*WHAT YOU SHOULD DO*
Using the records below, transcribe word for word the stretch from the line that contains "v -2.778 -4.157 13" through the line that contains "v 3.865 3.172 13", both end lines included, and nothing else.

*PROVIDED DATA*

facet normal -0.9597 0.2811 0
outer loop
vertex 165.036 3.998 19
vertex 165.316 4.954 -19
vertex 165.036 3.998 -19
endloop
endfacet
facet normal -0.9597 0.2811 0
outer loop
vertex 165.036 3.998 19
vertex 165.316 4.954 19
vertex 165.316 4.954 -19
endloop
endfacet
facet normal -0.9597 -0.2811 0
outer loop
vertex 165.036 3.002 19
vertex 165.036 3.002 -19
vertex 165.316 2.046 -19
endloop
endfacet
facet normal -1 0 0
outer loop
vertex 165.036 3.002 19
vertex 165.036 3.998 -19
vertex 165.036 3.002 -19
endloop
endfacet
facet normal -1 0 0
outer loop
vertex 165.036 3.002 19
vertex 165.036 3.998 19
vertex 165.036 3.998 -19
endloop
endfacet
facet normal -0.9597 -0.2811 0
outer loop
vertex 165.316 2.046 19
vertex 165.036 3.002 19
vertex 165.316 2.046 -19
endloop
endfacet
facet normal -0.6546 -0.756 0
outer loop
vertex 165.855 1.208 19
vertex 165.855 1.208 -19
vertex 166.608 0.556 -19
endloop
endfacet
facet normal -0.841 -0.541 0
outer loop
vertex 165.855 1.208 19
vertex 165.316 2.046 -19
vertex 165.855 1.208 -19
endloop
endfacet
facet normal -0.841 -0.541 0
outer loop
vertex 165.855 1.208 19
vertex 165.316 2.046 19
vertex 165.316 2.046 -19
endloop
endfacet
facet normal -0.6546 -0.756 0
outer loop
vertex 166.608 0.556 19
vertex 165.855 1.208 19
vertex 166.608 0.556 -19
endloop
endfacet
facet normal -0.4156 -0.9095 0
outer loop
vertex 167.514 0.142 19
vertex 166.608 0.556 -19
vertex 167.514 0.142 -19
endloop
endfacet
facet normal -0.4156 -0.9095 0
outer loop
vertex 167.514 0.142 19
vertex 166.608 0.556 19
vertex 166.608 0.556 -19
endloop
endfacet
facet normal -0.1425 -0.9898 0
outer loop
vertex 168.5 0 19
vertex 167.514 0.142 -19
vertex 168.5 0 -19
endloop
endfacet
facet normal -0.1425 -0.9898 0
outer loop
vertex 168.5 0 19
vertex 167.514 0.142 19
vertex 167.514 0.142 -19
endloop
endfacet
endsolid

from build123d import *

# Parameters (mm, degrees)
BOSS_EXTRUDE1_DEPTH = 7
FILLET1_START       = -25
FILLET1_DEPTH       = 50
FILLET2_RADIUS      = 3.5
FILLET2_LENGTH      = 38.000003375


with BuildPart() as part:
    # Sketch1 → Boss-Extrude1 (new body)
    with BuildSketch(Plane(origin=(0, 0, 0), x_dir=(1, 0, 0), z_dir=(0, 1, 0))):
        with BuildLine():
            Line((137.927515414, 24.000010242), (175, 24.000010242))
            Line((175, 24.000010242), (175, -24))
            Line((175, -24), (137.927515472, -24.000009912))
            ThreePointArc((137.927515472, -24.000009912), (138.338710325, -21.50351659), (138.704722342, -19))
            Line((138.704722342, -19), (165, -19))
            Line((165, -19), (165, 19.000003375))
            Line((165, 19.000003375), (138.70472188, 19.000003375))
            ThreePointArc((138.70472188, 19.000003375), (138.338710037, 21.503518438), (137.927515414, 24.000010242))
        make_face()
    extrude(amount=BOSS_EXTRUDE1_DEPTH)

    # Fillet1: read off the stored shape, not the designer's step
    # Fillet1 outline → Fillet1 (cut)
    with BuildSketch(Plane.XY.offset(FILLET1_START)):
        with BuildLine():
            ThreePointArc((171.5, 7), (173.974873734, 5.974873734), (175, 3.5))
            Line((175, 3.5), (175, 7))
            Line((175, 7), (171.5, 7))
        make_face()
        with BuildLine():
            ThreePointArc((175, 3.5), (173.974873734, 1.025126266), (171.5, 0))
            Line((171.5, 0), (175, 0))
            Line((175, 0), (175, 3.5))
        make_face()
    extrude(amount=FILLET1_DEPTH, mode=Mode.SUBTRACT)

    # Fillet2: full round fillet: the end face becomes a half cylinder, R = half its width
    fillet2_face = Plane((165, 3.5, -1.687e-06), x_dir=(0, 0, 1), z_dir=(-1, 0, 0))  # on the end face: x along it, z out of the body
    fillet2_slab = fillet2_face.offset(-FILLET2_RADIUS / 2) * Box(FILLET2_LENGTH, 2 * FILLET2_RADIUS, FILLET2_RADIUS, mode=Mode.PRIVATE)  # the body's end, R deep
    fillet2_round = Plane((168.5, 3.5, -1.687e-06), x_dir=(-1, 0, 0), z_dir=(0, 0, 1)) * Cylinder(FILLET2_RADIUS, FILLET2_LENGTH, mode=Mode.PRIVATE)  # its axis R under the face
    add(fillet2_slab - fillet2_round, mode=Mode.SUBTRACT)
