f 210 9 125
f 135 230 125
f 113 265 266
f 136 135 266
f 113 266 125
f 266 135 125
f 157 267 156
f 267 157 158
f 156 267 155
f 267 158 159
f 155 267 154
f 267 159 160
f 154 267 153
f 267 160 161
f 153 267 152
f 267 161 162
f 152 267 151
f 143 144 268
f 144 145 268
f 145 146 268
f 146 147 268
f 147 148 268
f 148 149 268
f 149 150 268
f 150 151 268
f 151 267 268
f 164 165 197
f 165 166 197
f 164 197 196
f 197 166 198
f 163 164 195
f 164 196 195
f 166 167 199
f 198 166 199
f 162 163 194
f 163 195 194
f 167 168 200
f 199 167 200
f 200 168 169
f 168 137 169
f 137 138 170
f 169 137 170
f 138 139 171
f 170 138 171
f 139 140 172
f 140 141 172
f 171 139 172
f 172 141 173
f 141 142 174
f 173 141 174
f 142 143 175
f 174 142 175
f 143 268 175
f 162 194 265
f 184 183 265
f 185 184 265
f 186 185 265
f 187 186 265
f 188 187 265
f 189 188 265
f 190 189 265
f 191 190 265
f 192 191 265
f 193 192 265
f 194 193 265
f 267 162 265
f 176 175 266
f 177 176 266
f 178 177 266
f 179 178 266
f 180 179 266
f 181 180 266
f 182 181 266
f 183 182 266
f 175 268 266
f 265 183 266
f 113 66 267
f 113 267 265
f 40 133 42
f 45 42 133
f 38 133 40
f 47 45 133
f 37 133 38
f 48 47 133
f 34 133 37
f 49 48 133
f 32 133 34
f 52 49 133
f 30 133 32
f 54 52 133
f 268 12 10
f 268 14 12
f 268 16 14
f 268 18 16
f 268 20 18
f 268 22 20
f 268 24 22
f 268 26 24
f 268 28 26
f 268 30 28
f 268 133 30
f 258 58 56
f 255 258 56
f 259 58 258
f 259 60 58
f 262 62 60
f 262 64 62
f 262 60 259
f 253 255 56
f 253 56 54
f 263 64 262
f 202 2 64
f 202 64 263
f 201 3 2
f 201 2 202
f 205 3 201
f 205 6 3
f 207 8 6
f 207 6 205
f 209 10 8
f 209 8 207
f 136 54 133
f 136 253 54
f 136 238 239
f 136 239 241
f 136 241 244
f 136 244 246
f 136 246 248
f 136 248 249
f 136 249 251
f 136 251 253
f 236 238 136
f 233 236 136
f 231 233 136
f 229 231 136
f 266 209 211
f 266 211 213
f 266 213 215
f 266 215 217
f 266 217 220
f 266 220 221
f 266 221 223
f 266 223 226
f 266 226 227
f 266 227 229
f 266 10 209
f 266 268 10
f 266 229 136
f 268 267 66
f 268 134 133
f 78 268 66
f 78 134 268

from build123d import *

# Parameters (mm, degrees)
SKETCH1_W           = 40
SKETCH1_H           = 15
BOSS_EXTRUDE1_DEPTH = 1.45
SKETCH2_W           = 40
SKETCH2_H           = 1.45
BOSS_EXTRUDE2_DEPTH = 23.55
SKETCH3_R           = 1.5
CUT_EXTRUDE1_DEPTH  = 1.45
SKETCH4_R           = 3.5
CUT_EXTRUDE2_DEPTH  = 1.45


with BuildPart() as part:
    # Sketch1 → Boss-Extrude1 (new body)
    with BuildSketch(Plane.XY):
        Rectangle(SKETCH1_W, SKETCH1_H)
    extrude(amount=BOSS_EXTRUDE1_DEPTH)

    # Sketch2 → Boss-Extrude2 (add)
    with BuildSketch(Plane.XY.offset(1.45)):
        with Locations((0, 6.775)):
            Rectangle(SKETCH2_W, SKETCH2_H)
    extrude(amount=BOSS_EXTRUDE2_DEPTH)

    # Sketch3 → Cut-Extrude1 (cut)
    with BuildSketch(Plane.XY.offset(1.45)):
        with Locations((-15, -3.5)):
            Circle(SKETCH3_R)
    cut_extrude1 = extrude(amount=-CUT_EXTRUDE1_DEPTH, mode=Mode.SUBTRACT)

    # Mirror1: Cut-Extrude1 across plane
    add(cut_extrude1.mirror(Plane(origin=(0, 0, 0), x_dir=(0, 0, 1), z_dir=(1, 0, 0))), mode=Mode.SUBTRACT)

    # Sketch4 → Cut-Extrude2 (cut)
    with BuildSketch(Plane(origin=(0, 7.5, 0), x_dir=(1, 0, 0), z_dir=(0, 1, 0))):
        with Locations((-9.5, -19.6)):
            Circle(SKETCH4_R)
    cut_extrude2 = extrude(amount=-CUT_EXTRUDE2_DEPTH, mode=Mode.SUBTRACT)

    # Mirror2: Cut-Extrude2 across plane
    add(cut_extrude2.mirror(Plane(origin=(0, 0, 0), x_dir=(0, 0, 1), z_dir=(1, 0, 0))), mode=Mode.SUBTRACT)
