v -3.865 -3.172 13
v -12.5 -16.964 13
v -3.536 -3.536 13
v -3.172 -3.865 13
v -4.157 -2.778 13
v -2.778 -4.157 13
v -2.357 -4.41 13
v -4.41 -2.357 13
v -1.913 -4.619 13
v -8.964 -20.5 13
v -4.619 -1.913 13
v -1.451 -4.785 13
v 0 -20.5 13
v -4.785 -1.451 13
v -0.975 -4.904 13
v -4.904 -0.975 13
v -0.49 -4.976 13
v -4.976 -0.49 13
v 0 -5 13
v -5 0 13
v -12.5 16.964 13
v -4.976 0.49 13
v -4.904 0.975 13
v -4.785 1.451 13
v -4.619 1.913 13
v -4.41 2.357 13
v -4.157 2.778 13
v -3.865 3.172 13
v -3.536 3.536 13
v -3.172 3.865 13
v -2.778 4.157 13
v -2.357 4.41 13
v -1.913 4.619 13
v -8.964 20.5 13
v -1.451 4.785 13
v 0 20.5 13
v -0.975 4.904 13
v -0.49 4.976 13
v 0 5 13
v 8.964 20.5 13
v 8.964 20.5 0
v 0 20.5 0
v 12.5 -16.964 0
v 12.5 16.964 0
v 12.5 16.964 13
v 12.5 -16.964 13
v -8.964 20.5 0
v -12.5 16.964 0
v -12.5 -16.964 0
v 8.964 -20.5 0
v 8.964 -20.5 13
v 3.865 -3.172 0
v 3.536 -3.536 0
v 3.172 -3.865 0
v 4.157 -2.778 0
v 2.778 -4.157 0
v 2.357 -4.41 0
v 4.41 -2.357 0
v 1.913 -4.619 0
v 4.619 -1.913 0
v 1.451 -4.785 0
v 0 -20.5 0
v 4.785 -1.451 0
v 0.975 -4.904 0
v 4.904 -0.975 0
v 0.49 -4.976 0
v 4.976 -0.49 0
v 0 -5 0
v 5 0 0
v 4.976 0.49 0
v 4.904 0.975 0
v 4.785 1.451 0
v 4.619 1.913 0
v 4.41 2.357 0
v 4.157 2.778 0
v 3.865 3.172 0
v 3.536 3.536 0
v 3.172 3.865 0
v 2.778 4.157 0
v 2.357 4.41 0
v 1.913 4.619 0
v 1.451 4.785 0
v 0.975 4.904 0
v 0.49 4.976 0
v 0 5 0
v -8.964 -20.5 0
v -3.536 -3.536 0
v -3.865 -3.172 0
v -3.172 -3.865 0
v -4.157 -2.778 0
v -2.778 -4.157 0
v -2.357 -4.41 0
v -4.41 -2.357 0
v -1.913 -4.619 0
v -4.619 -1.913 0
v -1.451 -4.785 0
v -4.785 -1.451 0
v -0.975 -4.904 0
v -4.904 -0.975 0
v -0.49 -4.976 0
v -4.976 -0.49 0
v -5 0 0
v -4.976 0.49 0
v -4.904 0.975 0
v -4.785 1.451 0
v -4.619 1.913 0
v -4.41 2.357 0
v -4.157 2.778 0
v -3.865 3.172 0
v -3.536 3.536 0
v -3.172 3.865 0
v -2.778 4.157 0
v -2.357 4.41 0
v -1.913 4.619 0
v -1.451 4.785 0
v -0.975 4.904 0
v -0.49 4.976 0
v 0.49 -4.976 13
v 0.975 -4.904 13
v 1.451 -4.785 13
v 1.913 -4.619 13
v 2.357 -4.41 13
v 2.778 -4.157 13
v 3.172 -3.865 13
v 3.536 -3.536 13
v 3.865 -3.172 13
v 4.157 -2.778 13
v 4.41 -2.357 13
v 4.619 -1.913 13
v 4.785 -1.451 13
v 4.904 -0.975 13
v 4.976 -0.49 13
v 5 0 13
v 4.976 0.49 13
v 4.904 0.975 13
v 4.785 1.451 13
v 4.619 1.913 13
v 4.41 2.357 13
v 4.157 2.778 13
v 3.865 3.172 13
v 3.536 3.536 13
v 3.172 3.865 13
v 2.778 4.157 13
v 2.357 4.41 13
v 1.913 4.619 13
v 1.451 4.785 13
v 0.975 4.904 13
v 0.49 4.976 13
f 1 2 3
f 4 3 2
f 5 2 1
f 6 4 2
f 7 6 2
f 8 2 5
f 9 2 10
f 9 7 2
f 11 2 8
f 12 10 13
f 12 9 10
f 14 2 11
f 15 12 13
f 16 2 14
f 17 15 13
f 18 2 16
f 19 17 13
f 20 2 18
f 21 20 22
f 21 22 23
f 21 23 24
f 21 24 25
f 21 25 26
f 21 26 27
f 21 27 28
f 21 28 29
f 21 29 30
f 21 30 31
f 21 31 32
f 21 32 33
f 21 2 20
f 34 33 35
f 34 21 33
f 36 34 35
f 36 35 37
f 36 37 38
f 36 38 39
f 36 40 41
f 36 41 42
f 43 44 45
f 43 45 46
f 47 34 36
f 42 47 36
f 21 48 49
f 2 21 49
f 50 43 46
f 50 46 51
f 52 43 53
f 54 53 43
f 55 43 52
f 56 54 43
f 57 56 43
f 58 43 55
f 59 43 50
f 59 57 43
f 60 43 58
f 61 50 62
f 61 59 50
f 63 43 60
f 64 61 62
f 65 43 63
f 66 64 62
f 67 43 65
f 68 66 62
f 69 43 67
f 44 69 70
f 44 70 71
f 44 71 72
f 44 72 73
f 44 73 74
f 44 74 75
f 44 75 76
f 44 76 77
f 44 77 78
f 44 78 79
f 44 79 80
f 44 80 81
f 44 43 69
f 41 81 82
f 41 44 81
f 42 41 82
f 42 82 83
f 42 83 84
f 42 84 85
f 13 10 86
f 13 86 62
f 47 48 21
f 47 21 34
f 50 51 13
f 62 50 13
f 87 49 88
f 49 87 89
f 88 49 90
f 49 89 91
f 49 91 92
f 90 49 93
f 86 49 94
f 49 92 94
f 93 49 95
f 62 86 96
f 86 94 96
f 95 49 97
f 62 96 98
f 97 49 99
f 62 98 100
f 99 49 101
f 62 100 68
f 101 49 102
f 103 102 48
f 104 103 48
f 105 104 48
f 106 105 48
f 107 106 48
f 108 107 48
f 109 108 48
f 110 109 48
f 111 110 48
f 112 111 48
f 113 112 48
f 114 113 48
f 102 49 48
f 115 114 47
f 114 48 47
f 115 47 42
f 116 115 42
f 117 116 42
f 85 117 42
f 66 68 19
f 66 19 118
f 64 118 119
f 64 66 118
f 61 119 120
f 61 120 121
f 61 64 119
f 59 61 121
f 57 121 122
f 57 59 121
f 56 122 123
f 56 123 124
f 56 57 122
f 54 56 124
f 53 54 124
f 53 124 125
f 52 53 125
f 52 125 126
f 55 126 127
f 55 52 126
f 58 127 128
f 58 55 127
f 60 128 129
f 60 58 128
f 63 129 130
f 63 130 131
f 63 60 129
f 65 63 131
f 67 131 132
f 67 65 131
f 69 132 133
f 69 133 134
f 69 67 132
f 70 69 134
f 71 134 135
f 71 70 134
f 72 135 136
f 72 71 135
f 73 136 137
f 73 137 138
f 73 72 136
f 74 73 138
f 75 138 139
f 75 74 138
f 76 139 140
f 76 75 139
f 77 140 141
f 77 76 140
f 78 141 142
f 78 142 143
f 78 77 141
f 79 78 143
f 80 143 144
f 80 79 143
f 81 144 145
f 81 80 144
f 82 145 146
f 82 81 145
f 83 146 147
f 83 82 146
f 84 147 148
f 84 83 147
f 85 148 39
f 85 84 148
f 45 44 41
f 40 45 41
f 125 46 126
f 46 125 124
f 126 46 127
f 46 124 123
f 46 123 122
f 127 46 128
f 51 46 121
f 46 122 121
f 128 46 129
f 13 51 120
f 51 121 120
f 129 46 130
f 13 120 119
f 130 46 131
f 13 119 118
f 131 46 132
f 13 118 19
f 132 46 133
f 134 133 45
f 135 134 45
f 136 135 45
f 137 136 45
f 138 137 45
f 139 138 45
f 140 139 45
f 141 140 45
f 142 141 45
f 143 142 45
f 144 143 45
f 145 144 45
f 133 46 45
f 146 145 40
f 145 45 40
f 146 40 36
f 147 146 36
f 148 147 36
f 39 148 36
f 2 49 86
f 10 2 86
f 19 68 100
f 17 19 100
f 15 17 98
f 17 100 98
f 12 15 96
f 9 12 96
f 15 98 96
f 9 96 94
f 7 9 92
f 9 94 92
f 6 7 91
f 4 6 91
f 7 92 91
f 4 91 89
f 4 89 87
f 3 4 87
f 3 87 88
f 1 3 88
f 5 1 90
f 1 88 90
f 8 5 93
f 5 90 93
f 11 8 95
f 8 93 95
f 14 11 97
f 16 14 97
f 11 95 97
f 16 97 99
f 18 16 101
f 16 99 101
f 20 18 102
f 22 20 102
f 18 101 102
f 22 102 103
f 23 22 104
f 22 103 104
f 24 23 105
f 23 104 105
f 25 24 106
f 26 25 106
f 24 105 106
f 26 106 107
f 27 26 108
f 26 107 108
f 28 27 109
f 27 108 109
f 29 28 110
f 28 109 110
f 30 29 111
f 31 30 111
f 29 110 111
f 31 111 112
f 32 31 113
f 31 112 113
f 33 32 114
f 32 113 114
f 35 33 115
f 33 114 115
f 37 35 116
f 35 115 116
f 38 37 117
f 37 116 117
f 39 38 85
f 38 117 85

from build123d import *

# Parameters (mm, degrees)
PAD_DEPTH = 13


with BuildPart() as part:
    # Sketch → Pad (new body)
    with BuildSketch(Plane.XY):
        with BuildLine():
            ThreePointArc((0, -5), (5, 0), (0, 5))
            Line((0, 20.5), (0, 5))
            Line((8.964466, 20.5), (0, 20.5))
            Line((10.732233, 18.732233), (8.964466, 20.5))
            Line((10.732233, 18.732233), (12.5, 16.964466))
            Line((12.5, 16.964466), (12.5, -16.964466))
            Line((12.5, -16.964466), (10.732233, -18.732233))
            Line((10.732233, -18.732233), (8.964466, -20.5))
            Line((8.964466, -20.5), (0, -20.5))
            Line((0, -5), (0, -20.5))
        make_face()
    pad = extrude(amount=PAD_DEPTH)

    # Mirrored: Pad across Sketch V_Axis
    add(pad.mirror(Plane(origin=(0, 0, 0), x_dir=(0, 0, 1), z_dir=(1, 0, 0))))


solid = part.part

*YOUR RESPONSE*
v -2.778 -4.157 13
v -2.357 -4.41 13
v -4.41 -2.357 13
v -1.913 -4.619 13
v -8.964 -20.5 13
v -4.619 -1.913 13
v -1.451 -4.785 13
v 0 -20.5 13
v -4.785 -1.451 13
v -0.975 -4.904 13
v -4.904 -0.975 13
v -0.49 -4.976 13
v -4.976 -0.49 13
v 0 -5 13
v -5 0 13
v -12.5 16.964 13
v -4.976 0.49 13
v -4.904 0.975 13
v -4.785 1.451 13
v -4.619 1.913 13
v -4.41 2.357 13
v -4.157 2.778 13
v -3.865 3.172 13
v -3.536 3.536 13
v -3.172 3.865 13
v -2.778 4.157 13
v -2.357 4.41 13
v -1.913 4.619 13
v -8.964 20.5 13
v -1.451 4.785 13
v 0 20.5 13
v -0.975 4.904 13
v -0.49 4.976 13
v 0 5 13
v 8.964 20.5 13
v 8.964 20.5 0
v 0 20.5 0
v 12.5 -16.964 0
v 12.5 16.964 0
v 12.5 16.964 13
v 12.5 -16.964 13
v -8.964 20.5 0
v -12.5 16.964 0
v -12.5 -16.964 0
v 8.964 -20.5 0
v 8.964 -20.5 13
v 3.865 -3.172 0
v 3.536 -3.536 0
v 3.172 -3.865 0
v 4.157 -2.778 0
v 2.778 -4.157 0
v 2.357 -4.41 0
v 4.41 -2.357 0
v 1.913 -4.619 0
v 4.619 -1.913 0
v 1.451 -4.785 0
v 0 -20.5 0
v 4.785 -1.451 0
v 0.975 -4.904 0
v 4.904 -0.975 0
v 0.49 -4.976 0
v 4.976 -0.49 0
v 0 -5 0
v 5 0 0
v 4.976 0.49 0
v 4.904 0.975 0
v 4.785 1.451 0
v 4.619 1.913 0
v 4.41 2.357 0
v 4.157 2.778 0
v 3.865 3.172 0
v 3.536 3.536 0
v 3.172 3.865 0
v 2.778 4.157 0
v 2.357 4.41 0
v 1.913 4.619 0
v 1.451 4.785 0
v 0.975 4.904 0
v 0.49 4.976 0
v 0 5 0
v -8.964 -20.5 0
v -3.536 -3.536 0
v -3.865 -3.172 0
v -3.172 -3.865 0
v -4.157 -2.778 0
v -2.778 -4.157 0
v -2.357 -4.41 0
v -4.41 -2.357 0
v -1.913 -4.619 0
v -4.619 -1.913 0
v -1.451 -4.785 0
v -4.785 -1.451 0
v -0.975 -4.904 0
v -4.904 -0.975 0
v -0.49 -4.976 0
v -4.976 -0.49 0
v -5 0 0
v -4.976 0.49 0
v -4.904 0.975 0
v -4.785 1.451 0
v -4.619 1.913 0
v -4.41 2.357 0
v -4.157 2.778 0
v -3.865 3.172 0
v -3.536 3.536 0
v -3.172 3.865 0
v -2.778 4.157 0
v -2.357 4.41 0
v -1.913 4.619 0
v -1.451 4.785 0
v -0.975 4.904 0
v -0.49 4.976 0
v 0.49 -4.976 13
v 0.975 -4.904 13
v 1.451 -4.785 13
v 1.913 -4.619 13
v 2.357 -4.41 13
v 2.778 -4.157 13
v 3.172 -3.865 13
v 3.536 -3.536 13
v 3.865 -3.172 13
v 4.157 -2.778 13
v 4.41 -2.357 13
v 4.619 -1.913 13
v 4.785 -1.451 13
v 4.904 -0.975 13
v 4.976 -0.49 13
v 5 0 13
v 4.976 0.49 13
v 4.904 0.975 13
v 4.785 1.451 13
v 4.619 1.913 13
v 4.41 2.357 13
v 4.157 2.778 13
v 3.865 3.172 13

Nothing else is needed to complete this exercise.